[[ SOURCE INFORMATION open ]]
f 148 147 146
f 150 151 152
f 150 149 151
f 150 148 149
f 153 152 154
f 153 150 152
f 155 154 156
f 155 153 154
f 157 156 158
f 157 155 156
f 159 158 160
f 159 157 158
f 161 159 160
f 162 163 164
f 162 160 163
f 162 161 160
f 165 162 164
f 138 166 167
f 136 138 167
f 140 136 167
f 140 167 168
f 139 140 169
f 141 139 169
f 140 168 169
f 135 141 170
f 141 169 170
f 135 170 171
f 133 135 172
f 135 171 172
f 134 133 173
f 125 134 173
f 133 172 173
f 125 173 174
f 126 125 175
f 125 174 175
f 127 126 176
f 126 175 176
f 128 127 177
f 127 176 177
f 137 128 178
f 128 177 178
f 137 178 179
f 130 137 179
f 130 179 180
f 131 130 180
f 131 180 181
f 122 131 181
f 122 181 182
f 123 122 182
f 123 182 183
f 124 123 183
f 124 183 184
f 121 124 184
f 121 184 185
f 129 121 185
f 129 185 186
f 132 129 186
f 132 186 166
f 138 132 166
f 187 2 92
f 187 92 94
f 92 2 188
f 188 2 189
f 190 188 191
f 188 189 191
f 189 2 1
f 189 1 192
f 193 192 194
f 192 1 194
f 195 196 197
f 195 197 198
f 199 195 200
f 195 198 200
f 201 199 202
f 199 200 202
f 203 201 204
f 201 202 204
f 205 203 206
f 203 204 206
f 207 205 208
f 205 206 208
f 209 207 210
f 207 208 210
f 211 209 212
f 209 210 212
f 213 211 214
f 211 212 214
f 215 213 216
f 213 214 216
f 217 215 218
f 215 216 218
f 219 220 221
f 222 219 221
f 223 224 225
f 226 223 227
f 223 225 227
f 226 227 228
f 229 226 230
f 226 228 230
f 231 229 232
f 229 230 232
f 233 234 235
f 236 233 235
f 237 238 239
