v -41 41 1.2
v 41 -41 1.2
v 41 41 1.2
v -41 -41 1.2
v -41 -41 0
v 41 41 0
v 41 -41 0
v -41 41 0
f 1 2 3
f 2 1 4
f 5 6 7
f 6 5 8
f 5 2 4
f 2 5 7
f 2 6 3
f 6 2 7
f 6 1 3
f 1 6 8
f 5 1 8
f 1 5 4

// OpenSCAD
// Seed OpenSCAD file for task 10; complete it from 01_kicad_mechanical_map.csv.
$fn = 32;
board = [82.000, 82.000, 1.200];
wall = 2.700;
module placeholder_board() {
  translate([-board[0]/2, -board[1]/2, 0]) cube(board);
}
placeholder_board();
[[ SOURCE INFORMATION closed ]]
→ **PROBLEM STATEMENT**
All lines of the data above must be returned exactly.

→ **TASK OUTPUT**
f 148 147 146
f 150 151 152
f 150 149 151
f 150 148 149
f 153 152 154
f 153 150 152
f 155 154 156
f 155 153 154
f 157 156 158
f 157 155 156
f 159 158 160
f 159 157 158
f 161 159 160
f 162 163 164
f 162 160 163
f 162 161 160
f 165 162 164
f 138 166 167
f 136 138 167
f 140 136 167
f 140 167 168
f 139 140 169
f 141 139 169
f 140 168 169
f 135 141 170
f 141 169 170
f 135 170 171
f 133 135 172
f 135 171 172
f 134 133 173
f 125 134 173
f 133 172 173
f 125 173 174
f 126 125 175
f 125 174 175
f 127 126 176
f 126 175 176
f 128 127 177
f 127 176 177
f 137 128 178
f 128 177 178
f 137 178 179
f 130 137 179
f 130 179 180
f 131 130 180
f 131 180 181
f 122 131 181
f 122 181 182
f 123 122 182
f 123 182 183
f 124 123 183
f 124 183 184
f 121 124 184
f 121 184 185
f 129 121 185
f 129 185 186
f 132 129 186
f 132 186 166
f 138 132 166
f 187 2 92
f 187 92 94
f 92 2 188
f 188 2 189
f 190 188 191
f 188 189 191
f 189 2 1
f 189 1 192
f 193 192 194
f 192 1 194
f 195 196 197
f 195 197 198
f 199 195 200
f 195 198 200
f 201 199 202
f 199 200 202
f 203 201 204
f 201 202 204
f 205 203 206
f 203 204 206
f 207 205 208
f 205 206 208
f 209 207 210
f 207 208 210
f 211 209 212
f 209 210 212
f 213 211 214
f 211 212 214
f 215 213 216
f 213 214 216
f 217 215 218
f 215 216 218
f 219 220 221
f 222 219 221
f 223 224 225
f 226 223 227
f 223 225 227
f 226 227 228
f 229 226 230
f 226 228 230
f 231 229 232
f 229 230 232
f 233 234 235
f 236 233 235
f 237 238 239
v -41 41 1.2
v 41 -41 1.2
v 41 41 1.2
v -41 -41 1.2
v -41 -41 0
v 41 41 0
v 41 -41 0
v -41 41 0
f 1 2 3
f 2 1 4
f 5 6 7
f 6 5 8
f 5 2 4
f 2 5 7
f 2 6 3
f 6 2 7
f 6 1 3
f 1 6 8
f 5 1 8
f 1 5 4

// OpenSCAD
// Seed OpenSCAD file for task 10; complete it from 01_kicad_mechanical_map.csv.
$fn = 32;
board = [82.000, 82.000, 1.200];
wall = 2.700;
module placeholder_board() {
  translate([-board[0]/2, -board[1]/2, 0]) cube(board);
}
placeholder_board();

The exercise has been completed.